First some setup information:
3 dedicated master nodes, 2 nodata (load balancing) nodes, several data boxes, which hold 6 ES nodes per box (30G heap per node, 4TB nvme disk per node, boxes have 386 or 512GB of RAM). Elasticsearch version is 6.8.2. Nodes are installed via offical deb package (and copy-pasta service files for starting different nodes)
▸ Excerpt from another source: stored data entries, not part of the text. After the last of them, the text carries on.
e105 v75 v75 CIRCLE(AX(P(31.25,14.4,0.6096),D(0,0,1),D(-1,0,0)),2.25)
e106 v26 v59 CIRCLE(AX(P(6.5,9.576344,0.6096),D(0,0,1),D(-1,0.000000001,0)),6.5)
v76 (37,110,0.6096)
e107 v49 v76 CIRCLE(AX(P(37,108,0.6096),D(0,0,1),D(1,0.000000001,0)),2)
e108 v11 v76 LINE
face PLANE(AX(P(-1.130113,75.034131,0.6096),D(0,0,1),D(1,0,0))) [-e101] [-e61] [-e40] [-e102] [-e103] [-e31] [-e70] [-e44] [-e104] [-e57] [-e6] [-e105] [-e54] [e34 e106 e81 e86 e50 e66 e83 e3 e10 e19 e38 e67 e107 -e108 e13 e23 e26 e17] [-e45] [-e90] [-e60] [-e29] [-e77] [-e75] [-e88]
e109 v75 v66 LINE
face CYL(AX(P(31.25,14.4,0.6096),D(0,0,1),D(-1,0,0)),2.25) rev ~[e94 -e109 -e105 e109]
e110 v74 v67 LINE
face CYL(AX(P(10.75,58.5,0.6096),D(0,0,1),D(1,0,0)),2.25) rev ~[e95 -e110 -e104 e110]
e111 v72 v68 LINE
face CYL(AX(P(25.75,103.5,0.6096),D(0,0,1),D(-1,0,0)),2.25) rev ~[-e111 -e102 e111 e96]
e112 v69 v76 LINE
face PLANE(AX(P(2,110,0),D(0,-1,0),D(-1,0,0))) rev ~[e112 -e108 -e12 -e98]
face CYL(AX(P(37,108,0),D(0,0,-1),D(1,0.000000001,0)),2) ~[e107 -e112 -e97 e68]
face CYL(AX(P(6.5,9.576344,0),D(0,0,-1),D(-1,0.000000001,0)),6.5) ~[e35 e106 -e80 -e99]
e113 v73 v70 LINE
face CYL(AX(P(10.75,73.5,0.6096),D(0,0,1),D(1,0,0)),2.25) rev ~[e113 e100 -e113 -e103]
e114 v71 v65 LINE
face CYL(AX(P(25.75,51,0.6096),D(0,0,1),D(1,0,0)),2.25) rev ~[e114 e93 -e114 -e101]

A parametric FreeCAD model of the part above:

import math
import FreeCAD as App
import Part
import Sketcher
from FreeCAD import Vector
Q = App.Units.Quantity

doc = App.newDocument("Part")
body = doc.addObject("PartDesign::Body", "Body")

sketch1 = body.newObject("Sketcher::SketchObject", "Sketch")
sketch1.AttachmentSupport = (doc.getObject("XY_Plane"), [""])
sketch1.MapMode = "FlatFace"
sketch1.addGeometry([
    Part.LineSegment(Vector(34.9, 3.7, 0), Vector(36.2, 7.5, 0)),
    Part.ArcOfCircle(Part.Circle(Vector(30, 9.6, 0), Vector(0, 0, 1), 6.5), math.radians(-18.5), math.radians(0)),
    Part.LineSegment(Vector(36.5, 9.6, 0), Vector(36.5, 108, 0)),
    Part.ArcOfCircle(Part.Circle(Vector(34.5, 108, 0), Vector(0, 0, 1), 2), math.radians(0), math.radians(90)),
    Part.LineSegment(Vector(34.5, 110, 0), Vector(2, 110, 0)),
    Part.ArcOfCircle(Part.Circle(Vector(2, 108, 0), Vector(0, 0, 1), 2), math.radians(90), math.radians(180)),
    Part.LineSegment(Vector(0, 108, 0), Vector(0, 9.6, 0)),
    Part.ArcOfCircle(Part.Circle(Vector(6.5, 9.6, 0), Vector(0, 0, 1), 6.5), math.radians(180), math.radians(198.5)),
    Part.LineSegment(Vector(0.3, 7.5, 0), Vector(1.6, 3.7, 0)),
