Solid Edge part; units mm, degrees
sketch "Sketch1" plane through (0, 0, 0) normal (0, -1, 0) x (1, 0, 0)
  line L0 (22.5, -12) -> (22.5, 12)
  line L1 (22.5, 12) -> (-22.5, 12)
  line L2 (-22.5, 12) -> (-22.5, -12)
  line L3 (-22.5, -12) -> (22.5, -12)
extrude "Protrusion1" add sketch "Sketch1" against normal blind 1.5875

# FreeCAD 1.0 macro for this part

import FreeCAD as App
import Part
import Sketcher

V = App.Vector
Q = App.Units.Quantity


def add_polygon(sketch, points):
    """Adds a closed chain of lines whose ends are joined by coincident constraints."""
    first, n = sketch.GeometryCount, len(points)
    for a, b in zip(points, points[1:] + points[:1]):
        sketch.addGeometry(Part.LineSegment(App.Vector(*a, 0), App.Vector(*b, 0)), False)
    for i in range(n):
        sketch.addConstraint(Sketcher.Constraint("Coincident", first + i, 2, first + (i + 1) % n, 1))

doc = App.newDocument("Part")
params = doc.addObject("Spreadsheet::Sheet", "Params")
for row, (alias, value) in enumerate([
    ("sketch1_width", "45 mm"),
    ("sketch1_height", "24 mm"),
    ("pad1_length", "1.5875 mm"),
], start=1):
    params.set(f"A{row}", alias)
    params.set(f"B{row}", "=" + value)
    params.setAlias(f"B{row}", alias)

body = doc.addObject("PartDesign::Body", "Body")

sketch1 = body.newObject("Sketcher::SketchObject", "Sketch")
sketch1.AttachmentSupport = (doc.getObject("XZ_Plane"), [""])
sketch1.MapMode = "FlatFace"
add_polygon(sketch1, [(-22, -12), (22, -12), (22, 12), (-22, 12)])
sketch1.addConstraint([
    Sketcher.Constraint("Horizontal", 0),
    Sketcher.Constraint("Vertical", 1),
    Sketcher.Constraint("Horizontal", 2),
    Sketcher.Constraint("Vertical", 3),
    Sketcher.Constraint("Symmetric", 0, 2, 2, 2, -1, 1),
    Sketcher.Constraint("DistanceX", 0, 1, 0, 2, Q("45 mm")),
    Sketcher.Constraint("DistanceY", 1, 1, 1, 2, Q("24 mm")),
])
sketch1.setExpression("Constraints[9]", "Params.sketch1_width")
sketch1.setExpression("Constraints[10]", "Params.sketch1_height")
pad1 = body.newObject("PartDesign::Pad", "Pad")
pad1.Profile = sketch1
pad1.setExpression("Length", "Params.pad1_length")
pad1.Reversed = True

doc.recompute()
openjdk version "1.8.0_222"
4.15.0-58-generic #64-Ubuntu
elasticsearch@hostname$ ulimit -u
2062033
Problem:
At pseudo-random times (once-twice a day), 1-2 nodes per box OOM with error as follows. There doesn't seem to be any substantial increase in load before the OOM.
Error is as follows:
[2019-09-18T10:27:47,847][WARN ][i.n.c.AbstractChannelHandlerContext] [hostname] An exception 'java.lang.OutOfMemoryError: unable to create new native thread' [enable DEBUG level for full stacktrace] was thrown by a user handler's exceptionCaught() method while handling the following exception:
java.lang.OutOfMemoryError: unable to create new native thread
The issue is probably something basic that I have missed, but I haven't been able to figure it out so far.
This is my first post, so there might not be enough information and so on :).